Problem to work on:
Could you restate word for word every line of the records below, from the first one to the one holding "v -5.781 -25.4 -10.136"?

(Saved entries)
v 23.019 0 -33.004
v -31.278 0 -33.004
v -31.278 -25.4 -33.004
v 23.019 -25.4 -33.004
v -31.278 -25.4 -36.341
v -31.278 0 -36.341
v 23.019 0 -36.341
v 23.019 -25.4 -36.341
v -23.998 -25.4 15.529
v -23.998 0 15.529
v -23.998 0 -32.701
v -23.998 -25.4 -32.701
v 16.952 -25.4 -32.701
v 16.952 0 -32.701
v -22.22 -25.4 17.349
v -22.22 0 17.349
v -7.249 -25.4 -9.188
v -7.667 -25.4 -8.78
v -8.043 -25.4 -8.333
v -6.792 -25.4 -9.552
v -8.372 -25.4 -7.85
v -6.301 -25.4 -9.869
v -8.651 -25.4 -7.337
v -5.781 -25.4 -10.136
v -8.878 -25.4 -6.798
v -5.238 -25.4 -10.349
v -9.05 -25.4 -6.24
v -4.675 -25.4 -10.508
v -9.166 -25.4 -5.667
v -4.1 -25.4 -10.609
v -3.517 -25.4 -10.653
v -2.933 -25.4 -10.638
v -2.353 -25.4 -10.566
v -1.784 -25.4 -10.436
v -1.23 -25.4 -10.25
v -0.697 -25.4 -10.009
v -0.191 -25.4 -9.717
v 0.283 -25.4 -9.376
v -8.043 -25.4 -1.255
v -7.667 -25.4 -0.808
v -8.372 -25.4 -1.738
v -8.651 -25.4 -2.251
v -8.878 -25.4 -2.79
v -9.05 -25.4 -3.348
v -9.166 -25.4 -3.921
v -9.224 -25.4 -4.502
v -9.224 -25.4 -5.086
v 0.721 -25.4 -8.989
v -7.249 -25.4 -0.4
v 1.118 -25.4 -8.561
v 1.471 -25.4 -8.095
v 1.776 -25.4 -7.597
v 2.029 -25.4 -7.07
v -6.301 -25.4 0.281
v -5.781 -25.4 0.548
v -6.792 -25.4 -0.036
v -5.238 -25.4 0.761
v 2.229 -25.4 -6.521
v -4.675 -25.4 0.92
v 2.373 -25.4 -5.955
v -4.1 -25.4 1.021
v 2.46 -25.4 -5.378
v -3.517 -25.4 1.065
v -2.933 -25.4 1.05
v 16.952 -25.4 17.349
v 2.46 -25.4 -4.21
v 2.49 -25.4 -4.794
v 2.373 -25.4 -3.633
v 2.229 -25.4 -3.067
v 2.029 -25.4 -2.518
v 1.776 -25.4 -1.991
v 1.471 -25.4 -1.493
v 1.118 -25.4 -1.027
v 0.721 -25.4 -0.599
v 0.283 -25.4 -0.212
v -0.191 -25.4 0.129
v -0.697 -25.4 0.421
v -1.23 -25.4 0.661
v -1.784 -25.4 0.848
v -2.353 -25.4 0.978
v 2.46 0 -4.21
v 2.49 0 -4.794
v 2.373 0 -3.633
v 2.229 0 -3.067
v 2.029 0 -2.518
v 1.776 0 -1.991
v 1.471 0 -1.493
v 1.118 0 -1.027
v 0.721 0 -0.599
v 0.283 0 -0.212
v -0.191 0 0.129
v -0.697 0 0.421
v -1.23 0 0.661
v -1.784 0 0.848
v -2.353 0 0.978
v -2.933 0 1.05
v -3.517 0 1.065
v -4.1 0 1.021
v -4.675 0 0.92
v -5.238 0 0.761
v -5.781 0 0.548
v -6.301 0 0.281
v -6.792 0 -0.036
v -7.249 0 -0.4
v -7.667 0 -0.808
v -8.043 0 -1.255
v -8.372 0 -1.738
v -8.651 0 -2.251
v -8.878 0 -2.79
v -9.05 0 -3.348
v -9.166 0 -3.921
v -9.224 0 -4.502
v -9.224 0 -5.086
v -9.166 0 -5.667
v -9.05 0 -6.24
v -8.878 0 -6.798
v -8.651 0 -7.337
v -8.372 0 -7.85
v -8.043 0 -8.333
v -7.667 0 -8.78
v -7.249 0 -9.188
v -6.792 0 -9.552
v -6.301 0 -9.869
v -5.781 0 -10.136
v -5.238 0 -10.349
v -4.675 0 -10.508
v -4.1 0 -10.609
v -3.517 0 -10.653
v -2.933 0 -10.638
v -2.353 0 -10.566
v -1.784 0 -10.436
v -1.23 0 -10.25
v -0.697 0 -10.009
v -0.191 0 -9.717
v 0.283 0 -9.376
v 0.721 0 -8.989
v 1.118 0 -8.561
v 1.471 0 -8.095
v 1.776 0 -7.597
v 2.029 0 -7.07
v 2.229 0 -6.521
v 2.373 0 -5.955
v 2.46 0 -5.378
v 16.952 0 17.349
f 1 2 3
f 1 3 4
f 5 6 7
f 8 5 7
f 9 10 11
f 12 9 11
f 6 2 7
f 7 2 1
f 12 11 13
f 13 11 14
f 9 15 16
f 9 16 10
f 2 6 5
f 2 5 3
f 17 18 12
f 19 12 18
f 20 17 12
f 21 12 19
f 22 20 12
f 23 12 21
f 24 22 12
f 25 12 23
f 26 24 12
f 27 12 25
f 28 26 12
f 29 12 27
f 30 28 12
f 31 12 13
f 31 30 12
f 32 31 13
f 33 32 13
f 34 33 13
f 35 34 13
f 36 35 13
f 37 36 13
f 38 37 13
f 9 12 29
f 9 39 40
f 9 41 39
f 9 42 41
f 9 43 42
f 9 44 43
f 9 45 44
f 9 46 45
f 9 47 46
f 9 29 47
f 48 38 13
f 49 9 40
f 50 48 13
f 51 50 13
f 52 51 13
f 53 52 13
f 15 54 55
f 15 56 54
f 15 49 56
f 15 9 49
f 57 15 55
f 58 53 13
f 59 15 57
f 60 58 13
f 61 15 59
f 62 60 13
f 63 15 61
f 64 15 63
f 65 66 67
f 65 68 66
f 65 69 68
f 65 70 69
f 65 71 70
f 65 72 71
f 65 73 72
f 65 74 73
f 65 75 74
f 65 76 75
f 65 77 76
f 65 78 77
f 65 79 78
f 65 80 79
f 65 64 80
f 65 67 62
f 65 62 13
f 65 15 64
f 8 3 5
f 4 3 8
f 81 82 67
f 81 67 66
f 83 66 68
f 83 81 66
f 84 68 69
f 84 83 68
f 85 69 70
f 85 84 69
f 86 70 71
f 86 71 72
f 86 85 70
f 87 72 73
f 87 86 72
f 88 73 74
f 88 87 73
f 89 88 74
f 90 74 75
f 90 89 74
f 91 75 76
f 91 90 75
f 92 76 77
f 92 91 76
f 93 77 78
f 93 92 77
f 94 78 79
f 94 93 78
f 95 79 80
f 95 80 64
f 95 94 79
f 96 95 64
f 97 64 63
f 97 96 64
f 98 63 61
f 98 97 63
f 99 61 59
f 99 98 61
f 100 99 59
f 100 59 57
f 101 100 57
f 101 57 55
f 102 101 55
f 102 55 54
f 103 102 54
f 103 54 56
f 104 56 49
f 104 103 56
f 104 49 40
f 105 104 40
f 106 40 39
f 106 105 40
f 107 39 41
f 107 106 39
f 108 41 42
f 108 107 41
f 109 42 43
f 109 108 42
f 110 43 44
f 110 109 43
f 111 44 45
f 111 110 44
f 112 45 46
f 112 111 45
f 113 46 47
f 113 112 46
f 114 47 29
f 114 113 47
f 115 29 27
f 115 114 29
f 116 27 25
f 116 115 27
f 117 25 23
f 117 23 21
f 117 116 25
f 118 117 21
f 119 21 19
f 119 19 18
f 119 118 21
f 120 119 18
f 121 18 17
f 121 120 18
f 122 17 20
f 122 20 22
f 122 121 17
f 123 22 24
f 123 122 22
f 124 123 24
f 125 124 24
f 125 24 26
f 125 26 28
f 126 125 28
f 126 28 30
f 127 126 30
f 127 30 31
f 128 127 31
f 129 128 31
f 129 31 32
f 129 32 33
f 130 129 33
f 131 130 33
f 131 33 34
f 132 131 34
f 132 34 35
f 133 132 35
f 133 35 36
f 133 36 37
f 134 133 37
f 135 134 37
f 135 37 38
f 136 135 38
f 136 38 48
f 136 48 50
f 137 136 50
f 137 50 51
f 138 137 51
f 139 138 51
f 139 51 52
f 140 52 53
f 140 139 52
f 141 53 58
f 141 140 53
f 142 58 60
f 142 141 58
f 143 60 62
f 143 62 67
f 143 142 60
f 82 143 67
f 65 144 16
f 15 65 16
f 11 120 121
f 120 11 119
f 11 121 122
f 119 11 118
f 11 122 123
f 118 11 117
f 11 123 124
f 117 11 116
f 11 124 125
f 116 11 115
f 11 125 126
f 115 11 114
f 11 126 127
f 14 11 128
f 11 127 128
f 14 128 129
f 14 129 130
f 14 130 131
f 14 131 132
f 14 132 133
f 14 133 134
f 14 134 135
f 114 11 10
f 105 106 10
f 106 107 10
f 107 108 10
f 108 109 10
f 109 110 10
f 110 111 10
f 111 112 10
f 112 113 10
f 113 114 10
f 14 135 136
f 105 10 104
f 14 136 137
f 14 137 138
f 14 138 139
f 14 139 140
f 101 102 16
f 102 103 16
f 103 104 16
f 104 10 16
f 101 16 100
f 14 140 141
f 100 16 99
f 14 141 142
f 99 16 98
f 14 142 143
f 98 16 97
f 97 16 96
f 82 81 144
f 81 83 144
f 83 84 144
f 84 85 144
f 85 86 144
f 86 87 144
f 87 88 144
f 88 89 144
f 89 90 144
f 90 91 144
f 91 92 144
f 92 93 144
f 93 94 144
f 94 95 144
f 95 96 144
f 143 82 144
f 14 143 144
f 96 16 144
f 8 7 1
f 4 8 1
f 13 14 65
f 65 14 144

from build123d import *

# Parameters (mm, degrees)
F0_W     = 54.296478
F0_H     = 3.336653
F0_R     = 1.845098
F0_R_2   = 5.860604
F1_DEPTH = 25.4


with BuildPart() as f1:
    # F0 (on Front) → F1 (new body)
    with BuildSketch(Plane.XZ):
        with Locations((-4.129395, -34.672249)):
            Rectangle(F0_W, F0_H)
        Polygon((16.952196, 17.349238), (-22.219523, 17.349238), (-23.997659, 15.528656), (-23.997659, -32.700587), (16.952196, -32.700587), align=None)
        with Locations((-3.674396, -25.723945)):
            Circle(F0_R, mode=Mode.SUBTRACT)
        with Locations((-3.371064, -4.794018)):
            Circle(F0_R_2, mode=Mode.SUBTRACT)
        with Locations((-3.674396, -25.723945)):
            Circle(F0_R)
    extrude(amount=F1_DEPTH)


solid = f1.part
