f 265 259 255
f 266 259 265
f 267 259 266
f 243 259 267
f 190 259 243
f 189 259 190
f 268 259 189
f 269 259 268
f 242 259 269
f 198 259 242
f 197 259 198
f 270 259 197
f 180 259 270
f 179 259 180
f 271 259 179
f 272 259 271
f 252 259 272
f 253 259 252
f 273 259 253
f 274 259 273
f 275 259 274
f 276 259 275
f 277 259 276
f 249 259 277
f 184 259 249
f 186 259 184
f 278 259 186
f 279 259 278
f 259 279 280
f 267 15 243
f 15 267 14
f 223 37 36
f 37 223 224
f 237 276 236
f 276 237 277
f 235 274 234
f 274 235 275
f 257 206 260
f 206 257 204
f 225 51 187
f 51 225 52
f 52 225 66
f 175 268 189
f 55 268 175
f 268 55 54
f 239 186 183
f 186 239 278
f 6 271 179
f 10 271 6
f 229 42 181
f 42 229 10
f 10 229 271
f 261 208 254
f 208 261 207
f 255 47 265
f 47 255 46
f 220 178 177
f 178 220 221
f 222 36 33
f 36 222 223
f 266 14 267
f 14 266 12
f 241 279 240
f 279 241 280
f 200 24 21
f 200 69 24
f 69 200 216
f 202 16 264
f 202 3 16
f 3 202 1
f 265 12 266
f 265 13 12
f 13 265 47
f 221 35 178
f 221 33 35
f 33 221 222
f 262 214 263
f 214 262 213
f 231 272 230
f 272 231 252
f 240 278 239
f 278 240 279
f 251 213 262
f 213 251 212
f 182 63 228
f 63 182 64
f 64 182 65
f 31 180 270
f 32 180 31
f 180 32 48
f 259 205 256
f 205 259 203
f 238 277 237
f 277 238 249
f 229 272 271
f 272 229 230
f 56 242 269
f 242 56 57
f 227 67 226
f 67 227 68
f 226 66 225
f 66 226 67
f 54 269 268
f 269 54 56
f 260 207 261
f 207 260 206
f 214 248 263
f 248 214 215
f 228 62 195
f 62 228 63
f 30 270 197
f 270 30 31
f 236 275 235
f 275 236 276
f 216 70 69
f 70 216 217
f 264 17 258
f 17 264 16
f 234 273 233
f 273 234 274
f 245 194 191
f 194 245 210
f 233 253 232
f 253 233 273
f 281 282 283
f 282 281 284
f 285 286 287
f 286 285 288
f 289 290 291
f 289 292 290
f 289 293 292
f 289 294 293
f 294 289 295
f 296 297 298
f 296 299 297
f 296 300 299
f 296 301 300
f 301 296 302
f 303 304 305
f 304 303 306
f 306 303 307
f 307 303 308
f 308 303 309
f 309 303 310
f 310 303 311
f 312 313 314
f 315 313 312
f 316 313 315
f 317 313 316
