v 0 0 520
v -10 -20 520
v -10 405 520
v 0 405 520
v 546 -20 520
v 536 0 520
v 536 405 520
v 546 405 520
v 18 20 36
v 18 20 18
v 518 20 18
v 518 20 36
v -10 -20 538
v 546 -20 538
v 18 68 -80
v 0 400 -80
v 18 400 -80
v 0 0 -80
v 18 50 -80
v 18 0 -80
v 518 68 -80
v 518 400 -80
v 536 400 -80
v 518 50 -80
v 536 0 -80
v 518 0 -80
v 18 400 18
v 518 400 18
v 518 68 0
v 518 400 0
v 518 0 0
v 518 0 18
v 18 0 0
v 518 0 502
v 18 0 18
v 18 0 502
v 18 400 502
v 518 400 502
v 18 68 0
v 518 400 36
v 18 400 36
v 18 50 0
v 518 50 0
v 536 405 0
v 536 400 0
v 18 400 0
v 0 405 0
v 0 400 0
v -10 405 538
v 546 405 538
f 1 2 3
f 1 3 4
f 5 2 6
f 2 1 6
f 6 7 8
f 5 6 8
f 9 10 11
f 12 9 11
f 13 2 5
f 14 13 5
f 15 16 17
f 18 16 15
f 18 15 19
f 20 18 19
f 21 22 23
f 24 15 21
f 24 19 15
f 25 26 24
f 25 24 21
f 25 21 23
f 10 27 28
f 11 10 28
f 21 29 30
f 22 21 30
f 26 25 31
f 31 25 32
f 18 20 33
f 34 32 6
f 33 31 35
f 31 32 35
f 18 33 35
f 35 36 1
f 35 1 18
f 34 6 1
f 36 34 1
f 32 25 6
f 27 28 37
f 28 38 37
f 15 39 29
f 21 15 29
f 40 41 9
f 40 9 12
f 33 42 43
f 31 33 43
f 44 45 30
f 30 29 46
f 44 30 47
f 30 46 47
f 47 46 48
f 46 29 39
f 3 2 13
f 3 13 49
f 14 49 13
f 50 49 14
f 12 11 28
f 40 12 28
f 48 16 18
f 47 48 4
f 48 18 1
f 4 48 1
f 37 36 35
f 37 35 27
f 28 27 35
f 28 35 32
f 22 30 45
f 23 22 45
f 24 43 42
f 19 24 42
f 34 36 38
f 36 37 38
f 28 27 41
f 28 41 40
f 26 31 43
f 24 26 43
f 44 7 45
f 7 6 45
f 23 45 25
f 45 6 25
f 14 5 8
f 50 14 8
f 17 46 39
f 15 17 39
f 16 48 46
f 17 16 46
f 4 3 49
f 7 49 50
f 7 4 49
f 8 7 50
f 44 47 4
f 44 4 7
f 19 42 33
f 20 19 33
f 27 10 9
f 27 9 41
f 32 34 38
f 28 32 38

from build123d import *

# Parameters (mm, degrees)
F1_W      = 536
F1_H      = 400
F2_DEPTH  = 18
F3_W      = 18
F3_H      = 400
F5_DEPTH  = 484
F6_W      = 518
F6_H      = 400
F6_W_2    = 18
F7_DEPTH  = 18
F8_W      = 500
F8_H      = 380
F9_DEPTH  = 18
F11_DEPTH = 80
F12_W     = 500
F12_H     = 484
F14_DEPTH = 5
F15_W     = 556
F15_H     = 425
F16_DEPTH = 18


with BuildPart() as f2:
    # F1 (on Top) → F2 (new body)
    with BuildSketch(Plane.XY):
        with Locations((268, 200)):
            Rectangle(F1_W, F1_H)
    extrude(amount=F2_DEPTH)

    # F3 (on face) → F5 (join)
    with BuildSketch(Plane.XY.offset(18)):
        with Locations((9, 200)):
            Rectangle(F3_W, F3_H)
        with Locations((527, 200)):
            Rectangle(F3_W, F3_H)
    extrude(amount=F5_DEPTH)

    # F6 (on face) → F7 (join)
    with BuildSketch(Plane.XY.offset(502)):
        with Locations((277, 200)):
            Rectangle(F6_W, F6_H)
        with Locations((9, 200)):
            Rectangle(F6_W_2, F6_H)
    extrude(amount=F7_DEPTH)

    # F10 (on face) → F11 (join)
    with BuildSketch(Plane(origin=(0, 0, 0), x_dir=(1, 0, 0), z_dir=(0, 0, -1))):
        Polygon((0, 0), (0, -400), (18, -400), (18, -68), (518, -68), (518, -400), (536, -400), (536, 0), (518, 0), (518, -50), (18, -50), (18, 0), align=None)
    extrude(amount=F11_DEPTH)



with BuildPart() as f9:
    # F8 (on face) → F9 (new body)
    with BuildSketch(Plane.XY.offset(18)):
        with Locations((268, 210)):
            Rectangle(F8_W, F8_H)
    extrude(amount=F9_DEPTH)


with BuildPart() as f14:
    # F12 (on face) → F14 (new body)
    with BuildSketch(Plane(origin=(0, 400, 0), x_dir=(-1, 0, 0), z_dir=(0, 1, 0))):
        Polygon((0, 520), (-536, 520), (-536, 0), (-518, 0), (-18, 0), (0, 0), align=None)
        with Locations((-268, 260)):
            Rectangle(F12_W, F12_H, mode=Mode.SUBTRACT)
        with Locations((-268, 260)):
            Rectangle(F12_W, F12_H)
    extrude(amount=F14_DEPTH)


with BuildPart() as f2_1:
    add(f2.part)

    add(f14.part)  # F16 merges F14
    # F15 (on face) → F16 (join)
    with BuildSketch(Plane.XY.offset(520)):
        with Locations((268, 192.5)):
            Rectangle(F15_W, F15_H)
    extrude(amount=F16_DEPTH)


solid = Compound([f9.part, f2_1.part])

Exercise response:
v 23.019 0 -33.004
v -31.278 0 -33.004
v -31.278 -25.4 -33.004
v 23.019 -25.4 -33.004
v -31.278 -25.4 -36.341
v -31.278 0 -36.341
v 23.019 0 -36.341
v 23.019 -25.4 -36.341
v -23.998 -25.4 15.529
v -23.998 0 15.529
v -23.998 0 -32.701
v -23.998 -25.4 -32.701
v 16.952 -25.4 -32.701
v 16.952 0 -32.701
v -22.22 -25.4 17.349
v -22.22 0 17.349
v -7.249 -25.4 -9.188
v -7.667 -25.4 -8.78
v -8.043 -25.4 -8.333
v -6.792 -25.4 -9.552
v -8.372 -25.4 -7.85
v -6.301 -25.4 -9.869
v -8.651 -25.4 -7.337
v -5.781 -25.4 -10.136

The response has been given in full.